Don’t overthink this, guys – just build community! It’s the virtual equivalent of in-person networking.
VIII. Don’t Stretch Yourself Too Thin
You don’t necessarily need to create a new account for each film you make. Instead, keep track of things using hashtags. Sure, you could set up a shiny new account for a project that has a specific niche audience or that doesn’t fit your overall brand image, but nine times out of ten, it’s wise to keep things simple. Don’t make things more difficult than they have to be. If you start from scratch, you need to repeat steps I through VII.
AJ rocks the hashtag #AmazingShort whenever she posts about her short film on her own personal Twitter and Instagram accounts. Conversely, since JR has been working on a feature length documentary for several years, he decided it was best to create a separate Facebook Page and Twitter handle. He shares movie-related posts on his personal accounts.
IX. Adapt As Necessary
You probably won’t get social media perfect right off the bat, and that’s okay. This is a learning process. Your habits will change as you become more adept at using social media, and as the platforms themselves change.
The more active you are on your social networks, the more data you’ll collect, the better you’ll become at predicting what works for your audience and what doesn’t. If you’re scheduling blocks of content at a time, evaluate what worked best from previous campaigns and incorporate those conclusions into your future strategies. Don’t hesitate to delete older posts that no longer fit your voice! Social media is a moving target.
Tools like Canva are great for designing a variety of posts for Facebook and Instagram, sprucing up the presentation quickly and easily. A Color Story is a handy app that will help you color correct and prettify images for Instagram and Facebook. Basically, there’s an increasing number of social media-minded solutions out there to help you stay nimble in your content creation without compromising quality.
Even so, sometimes it’s hard to muster the energy you need to create your own posts on a regular basis. When you fall into a slump, remember that you can stay active simply by engaging with other people’s posts. Be present and consistent even during your dry spells.
AJ used to share her best posts on weekends, but recently, she’s noticed an uptick of engagement during the middle of the week. Inspired by this data, she decides to try sharing her coolest content on Wednesdays. She’s also started experimenting with Canva, adding text to some of her Instagram posts for variety.

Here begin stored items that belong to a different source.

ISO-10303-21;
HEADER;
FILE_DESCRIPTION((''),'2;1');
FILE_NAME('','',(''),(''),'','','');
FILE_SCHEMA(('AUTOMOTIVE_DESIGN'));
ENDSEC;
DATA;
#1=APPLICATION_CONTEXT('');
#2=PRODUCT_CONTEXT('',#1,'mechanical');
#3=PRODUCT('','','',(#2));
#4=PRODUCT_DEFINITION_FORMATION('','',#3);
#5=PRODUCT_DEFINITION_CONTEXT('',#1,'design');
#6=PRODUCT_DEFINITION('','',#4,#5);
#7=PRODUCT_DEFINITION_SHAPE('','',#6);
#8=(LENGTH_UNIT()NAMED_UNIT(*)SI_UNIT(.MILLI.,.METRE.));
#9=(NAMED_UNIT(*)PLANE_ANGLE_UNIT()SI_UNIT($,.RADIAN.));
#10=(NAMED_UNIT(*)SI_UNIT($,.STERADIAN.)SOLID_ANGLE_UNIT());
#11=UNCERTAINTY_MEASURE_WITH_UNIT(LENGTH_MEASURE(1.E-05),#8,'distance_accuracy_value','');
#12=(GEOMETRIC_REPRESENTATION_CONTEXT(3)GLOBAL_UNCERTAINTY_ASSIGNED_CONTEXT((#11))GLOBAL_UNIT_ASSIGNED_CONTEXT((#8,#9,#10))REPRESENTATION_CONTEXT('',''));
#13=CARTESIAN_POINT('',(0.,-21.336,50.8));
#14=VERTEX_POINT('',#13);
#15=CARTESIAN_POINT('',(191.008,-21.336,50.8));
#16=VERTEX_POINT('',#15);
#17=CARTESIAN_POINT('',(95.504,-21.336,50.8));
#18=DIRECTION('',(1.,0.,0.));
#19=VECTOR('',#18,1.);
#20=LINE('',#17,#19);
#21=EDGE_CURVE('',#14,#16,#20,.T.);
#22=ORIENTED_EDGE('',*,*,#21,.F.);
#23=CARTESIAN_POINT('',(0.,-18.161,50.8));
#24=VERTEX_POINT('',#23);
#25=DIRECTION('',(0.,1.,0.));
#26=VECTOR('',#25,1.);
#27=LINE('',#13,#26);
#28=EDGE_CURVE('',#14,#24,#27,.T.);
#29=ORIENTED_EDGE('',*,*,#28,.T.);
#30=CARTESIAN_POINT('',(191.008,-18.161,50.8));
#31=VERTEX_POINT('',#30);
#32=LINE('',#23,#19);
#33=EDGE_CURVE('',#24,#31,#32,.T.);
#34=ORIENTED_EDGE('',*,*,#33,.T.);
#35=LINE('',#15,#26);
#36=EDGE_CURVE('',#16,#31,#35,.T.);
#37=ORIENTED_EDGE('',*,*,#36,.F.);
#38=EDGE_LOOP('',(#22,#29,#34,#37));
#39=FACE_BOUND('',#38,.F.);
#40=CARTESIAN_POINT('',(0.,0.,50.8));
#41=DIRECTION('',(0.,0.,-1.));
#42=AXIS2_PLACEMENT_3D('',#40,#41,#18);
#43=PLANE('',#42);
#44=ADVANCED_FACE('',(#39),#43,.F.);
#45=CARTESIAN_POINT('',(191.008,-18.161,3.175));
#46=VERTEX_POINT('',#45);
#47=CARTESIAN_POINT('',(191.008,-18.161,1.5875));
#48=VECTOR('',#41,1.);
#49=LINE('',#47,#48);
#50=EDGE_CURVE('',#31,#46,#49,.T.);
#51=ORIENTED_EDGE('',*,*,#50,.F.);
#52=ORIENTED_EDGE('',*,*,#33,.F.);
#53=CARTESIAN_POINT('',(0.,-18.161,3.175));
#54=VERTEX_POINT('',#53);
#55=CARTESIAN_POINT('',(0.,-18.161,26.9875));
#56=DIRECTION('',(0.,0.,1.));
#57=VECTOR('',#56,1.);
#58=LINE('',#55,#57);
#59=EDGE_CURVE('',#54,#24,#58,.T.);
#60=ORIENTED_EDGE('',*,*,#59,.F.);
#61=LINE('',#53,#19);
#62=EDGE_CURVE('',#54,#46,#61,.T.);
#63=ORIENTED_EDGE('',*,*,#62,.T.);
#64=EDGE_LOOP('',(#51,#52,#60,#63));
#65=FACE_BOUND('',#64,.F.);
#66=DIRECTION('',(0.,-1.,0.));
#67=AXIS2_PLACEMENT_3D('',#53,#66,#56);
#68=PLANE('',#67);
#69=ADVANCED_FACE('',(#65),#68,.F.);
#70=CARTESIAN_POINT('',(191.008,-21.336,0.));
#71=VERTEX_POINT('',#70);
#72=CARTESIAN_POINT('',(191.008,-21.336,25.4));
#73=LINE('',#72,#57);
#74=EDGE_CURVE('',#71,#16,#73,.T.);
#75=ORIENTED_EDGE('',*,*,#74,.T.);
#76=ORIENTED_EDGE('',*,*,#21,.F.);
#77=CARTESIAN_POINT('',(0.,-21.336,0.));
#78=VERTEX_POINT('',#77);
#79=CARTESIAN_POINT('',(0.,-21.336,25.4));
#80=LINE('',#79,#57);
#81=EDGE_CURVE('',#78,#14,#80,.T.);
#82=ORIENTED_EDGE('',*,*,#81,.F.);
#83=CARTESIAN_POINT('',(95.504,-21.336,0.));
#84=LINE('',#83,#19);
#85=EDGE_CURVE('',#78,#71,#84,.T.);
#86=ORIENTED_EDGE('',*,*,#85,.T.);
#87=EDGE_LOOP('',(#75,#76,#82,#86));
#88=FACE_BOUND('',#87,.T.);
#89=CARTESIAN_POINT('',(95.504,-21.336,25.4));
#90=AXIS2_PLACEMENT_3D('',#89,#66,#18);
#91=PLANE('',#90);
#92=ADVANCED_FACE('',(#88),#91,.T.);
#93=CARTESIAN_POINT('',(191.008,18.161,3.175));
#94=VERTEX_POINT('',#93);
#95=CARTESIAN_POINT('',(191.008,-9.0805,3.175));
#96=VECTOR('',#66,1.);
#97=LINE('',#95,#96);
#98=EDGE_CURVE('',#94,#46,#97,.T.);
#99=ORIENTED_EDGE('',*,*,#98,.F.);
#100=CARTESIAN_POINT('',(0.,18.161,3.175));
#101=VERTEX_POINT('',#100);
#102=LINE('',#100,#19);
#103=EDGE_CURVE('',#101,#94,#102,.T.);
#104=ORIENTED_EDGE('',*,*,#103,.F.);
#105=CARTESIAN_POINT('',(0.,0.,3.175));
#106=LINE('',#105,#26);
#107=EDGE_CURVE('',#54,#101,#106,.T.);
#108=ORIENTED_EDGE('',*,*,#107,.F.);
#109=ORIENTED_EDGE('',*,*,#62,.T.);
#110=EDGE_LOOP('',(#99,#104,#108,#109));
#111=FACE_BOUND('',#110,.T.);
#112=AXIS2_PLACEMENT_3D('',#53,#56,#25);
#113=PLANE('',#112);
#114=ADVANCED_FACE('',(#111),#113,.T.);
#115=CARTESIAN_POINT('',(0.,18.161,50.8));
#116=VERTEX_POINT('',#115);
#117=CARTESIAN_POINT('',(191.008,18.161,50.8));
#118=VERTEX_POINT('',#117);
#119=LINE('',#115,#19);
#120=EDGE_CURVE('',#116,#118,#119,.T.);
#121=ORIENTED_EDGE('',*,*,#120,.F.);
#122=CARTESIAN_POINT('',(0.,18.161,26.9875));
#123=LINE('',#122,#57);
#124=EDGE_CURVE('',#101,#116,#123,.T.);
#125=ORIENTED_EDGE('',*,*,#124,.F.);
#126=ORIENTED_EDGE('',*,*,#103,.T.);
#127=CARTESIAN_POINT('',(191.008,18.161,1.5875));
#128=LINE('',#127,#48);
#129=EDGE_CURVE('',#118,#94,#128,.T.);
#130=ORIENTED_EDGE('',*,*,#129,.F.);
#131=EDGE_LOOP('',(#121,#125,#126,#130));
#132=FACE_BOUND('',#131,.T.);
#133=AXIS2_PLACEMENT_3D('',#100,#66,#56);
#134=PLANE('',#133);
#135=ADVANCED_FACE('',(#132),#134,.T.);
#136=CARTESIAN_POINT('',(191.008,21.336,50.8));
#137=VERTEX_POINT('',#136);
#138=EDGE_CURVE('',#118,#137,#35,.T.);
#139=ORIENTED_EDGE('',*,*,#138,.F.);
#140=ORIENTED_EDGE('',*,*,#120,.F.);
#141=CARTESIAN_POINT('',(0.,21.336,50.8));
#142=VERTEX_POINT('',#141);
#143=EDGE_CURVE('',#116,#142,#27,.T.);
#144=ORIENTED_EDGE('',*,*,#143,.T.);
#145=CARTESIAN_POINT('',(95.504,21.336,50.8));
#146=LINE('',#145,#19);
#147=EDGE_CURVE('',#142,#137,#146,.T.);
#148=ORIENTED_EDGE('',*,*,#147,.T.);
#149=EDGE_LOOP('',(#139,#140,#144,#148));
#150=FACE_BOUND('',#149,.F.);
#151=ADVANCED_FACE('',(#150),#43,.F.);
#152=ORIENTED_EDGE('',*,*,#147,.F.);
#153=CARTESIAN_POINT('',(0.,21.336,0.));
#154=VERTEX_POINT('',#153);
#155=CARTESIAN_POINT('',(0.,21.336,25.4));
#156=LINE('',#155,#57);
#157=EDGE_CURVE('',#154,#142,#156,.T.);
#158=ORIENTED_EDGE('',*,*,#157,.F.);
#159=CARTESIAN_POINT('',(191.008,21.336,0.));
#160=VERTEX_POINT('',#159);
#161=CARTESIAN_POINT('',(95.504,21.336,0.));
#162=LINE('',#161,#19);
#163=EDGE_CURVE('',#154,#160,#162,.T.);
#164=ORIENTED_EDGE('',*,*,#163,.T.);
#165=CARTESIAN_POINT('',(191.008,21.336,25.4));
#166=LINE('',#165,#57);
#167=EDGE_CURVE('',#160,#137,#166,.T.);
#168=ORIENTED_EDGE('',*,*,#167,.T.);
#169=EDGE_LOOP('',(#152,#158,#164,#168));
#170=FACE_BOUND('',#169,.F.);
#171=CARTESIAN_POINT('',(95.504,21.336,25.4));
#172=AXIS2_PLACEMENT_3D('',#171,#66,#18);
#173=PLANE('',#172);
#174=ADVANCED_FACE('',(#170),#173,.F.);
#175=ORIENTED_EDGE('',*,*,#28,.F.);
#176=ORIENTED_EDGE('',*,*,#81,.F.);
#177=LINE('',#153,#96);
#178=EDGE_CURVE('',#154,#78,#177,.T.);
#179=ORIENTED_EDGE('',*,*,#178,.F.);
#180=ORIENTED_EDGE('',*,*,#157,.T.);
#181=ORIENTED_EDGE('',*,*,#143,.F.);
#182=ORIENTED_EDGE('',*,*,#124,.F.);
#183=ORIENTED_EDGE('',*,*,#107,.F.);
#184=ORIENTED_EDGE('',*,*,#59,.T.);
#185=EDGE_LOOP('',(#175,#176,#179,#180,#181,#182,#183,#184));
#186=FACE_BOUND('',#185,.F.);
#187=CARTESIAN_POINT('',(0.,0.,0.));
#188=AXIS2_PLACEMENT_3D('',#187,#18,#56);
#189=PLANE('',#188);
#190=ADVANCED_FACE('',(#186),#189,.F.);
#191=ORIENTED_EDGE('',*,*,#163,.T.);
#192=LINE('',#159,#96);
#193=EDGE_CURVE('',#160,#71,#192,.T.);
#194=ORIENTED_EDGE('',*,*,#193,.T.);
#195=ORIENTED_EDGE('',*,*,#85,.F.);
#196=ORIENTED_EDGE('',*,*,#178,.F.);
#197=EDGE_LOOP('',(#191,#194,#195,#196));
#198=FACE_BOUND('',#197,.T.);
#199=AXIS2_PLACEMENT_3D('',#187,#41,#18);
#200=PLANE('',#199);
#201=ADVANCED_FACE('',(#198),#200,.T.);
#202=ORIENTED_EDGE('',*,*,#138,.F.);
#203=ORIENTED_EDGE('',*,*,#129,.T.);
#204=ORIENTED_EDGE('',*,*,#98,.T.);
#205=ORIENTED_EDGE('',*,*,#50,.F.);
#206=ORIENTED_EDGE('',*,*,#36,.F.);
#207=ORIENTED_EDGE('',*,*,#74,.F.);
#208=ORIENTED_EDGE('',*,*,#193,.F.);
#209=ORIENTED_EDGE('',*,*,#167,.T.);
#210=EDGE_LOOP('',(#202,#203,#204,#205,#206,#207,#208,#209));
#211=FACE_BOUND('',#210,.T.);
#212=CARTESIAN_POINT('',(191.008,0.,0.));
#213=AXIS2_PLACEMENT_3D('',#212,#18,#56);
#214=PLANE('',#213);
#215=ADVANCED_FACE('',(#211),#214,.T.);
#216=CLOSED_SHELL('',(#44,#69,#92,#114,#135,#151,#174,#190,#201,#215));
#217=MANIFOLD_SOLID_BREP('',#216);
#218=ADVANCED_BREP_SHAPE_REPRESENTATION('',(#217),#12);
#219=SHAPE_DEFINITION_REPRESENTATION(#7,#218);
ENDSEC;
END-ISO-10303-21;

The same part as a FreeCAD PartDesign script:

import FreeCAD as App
import Part
import Sketcher
Q = App.Units.Quantity

doc = App.newDocument("Part")
body = doc.addObject("PartDesign::Body", "Body")

sketch1 = doc.addObject("Sketcher::SketchObject", "Sketch")
body.addObject(sketch1)
sketch1.AttachmentSupport = (doc.XZ_Plane, [""])
sketch1.MapMode = "FlatFace"
sketch1.addGeometry([
    Part.LineSegment(App.Vector(0, 50.8, 0), App.Vector(0, 0, 0)),
    Part.LineSegment(App.Vector(0, 0, 0), App.Vector(191.008, 0, 0)),
    Part.LineSegment(App.Vector(191.008, 0, 0), App.Vector(191.008, 50.8, 0)),
    Part.LineSegment(App.Vector(191.008, 50.8, 0), App.Vector(0, 50.8, 0)),
], False)
sketch1.addConstraint([
    Sketcher.Constraint("Coincident", 0, 2, 1, 1),
    Sketcher.Constraint("Coincident", 1, 2, 2, 1),
    Sketcher.Constraint("Coincident", 2, 2, 3, 1),
    Sketcher.Constraint("Coincident", 3, 2, 0, 1),
    Sketcher.Constraint("Vertical", 0),
    Sketcher.Constraint("Horizontal", 1),
    Sketcher.Constraint("Vertical", 2),
    Sketcher.Constraint("Horizontal", 3),
    Sketcher.Constraint("Coincident", 0, 2, -1, 1),
    Sketcher.Constraint("DistanceY", 0, 2, 0, 1, Q("2 in")),
    Sketcher.Constraint("DistanceX", 1, 1, 1, 2, Q("7.52 in")),
])
pad1 = doc.addObject("PartDesign::Pad", "Pad")
body.addObject(pad1)
pad1.Profile = sketch1
pad1.Length = Q("1.68 in")
pad1.Midplane = True

sketch2 = doc.addObject("Sketcher::SketchObject", "Sketch001")
body.addObject(sketch2)
sketch2.AttachmentSupport = (doc.YZ_Plane, [""])
sketch2.MapMode = "FlatFace"
sketch2.addGeometry([
    Part.LineSegment(App.Vector(-18.161, 50.8, 0), App.Vector(-18.161, 3.175, 0)),
    Part.LineSegment(App.Vector(-18.161, 3.175, 0), App.Vector(18.161, 3.175, 0)),
    Part.LineSegment(App.Vector(18.161, 3.175, 0), App.Vector(18.161, 50.8, 0)),
    Part.LineSegment(App.Vector(18.161, 50.8, 0), App.Vector(-18.161, 50.8, 0)),
], False)
sketch2.addConstraint([
    Sketcher.Constraint("Coincident", 0, 2, 1, 1),
    Sketcher.Constraint("Coincident", 1, 2, 2, 1),
    Sketcher.Constraint("Coincident", 2, 2, 3, 1),
    Sketcher.Constraint("Coincident", 3, 2, 0, 1),
    Sketcher.Constraint("Vertical", 0),
    Sketcher.Constraint("Horizontal", 1),
    Sketcher.Constraint("Vertical", 2),
    Sketcher.Constraint("Horizontal", 3),
    Sketcher.Constraint("DistanceY", -1, 1, 2, 2, Q("2 in")),
    Sketcher.Constraint("DistanceX", 1, 1, 1, 2, Q("1.43 in")),
    Sketcher.Constraint("DistanceY", 0, 2, 0, 1, Q("1.875 in")),
    Sketcher.Constraint("DistanceX", 0, 2, -1, 1, Q("0.715 in")),
])
pocket1 = doc.addObject("PartDesign::Pocket", "Pocket")
body.addObject(pocket1)
pocket1.Profile = sketch2
pocket1.Type = "ThroughAll"
pocket1.Reversed = True

doc.recompute()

JR has observed that he gets the most interaction with his posts when he uses the hashtag #EcoDoc, so it becomes a regular in his rotation. People aren’t interacting as much with his text-heavy news articles of late, so he’s decided to focus on finding and sharing more video content instead.
X. Remember to Be a Person
Authenticity is key to social media these days. We can’t stress this enough. Think of your account as an extension of yourself as a filmmaker, and even as a person. Don’t hide behind your project and your brand; show yourself!
Have conversations with your audience and your fellow creators. They’re an opportunity for you to refine your creative voice and discover what communicates most effectively with your online community. With any luck, the interaction will be a reward unto itself, but whenever you get discouraged, go ahead and take a step back and remember that these people can help you reach your ultimate goal of finding viewers, crowdfunding your film, or whatever the case may be. Try to approach social media as a tool, not a chore, and do you best to find a way to make the experience fun.
For AJ, this means posting things in her own voice, which matches the voice of her work, and following people who create and share the sort of content she naturally enjoys. Consequently, she’s naturally forming relationships online. For JR, social activism is a driving force, inspiring him to engage in conversations around a cause he cares about.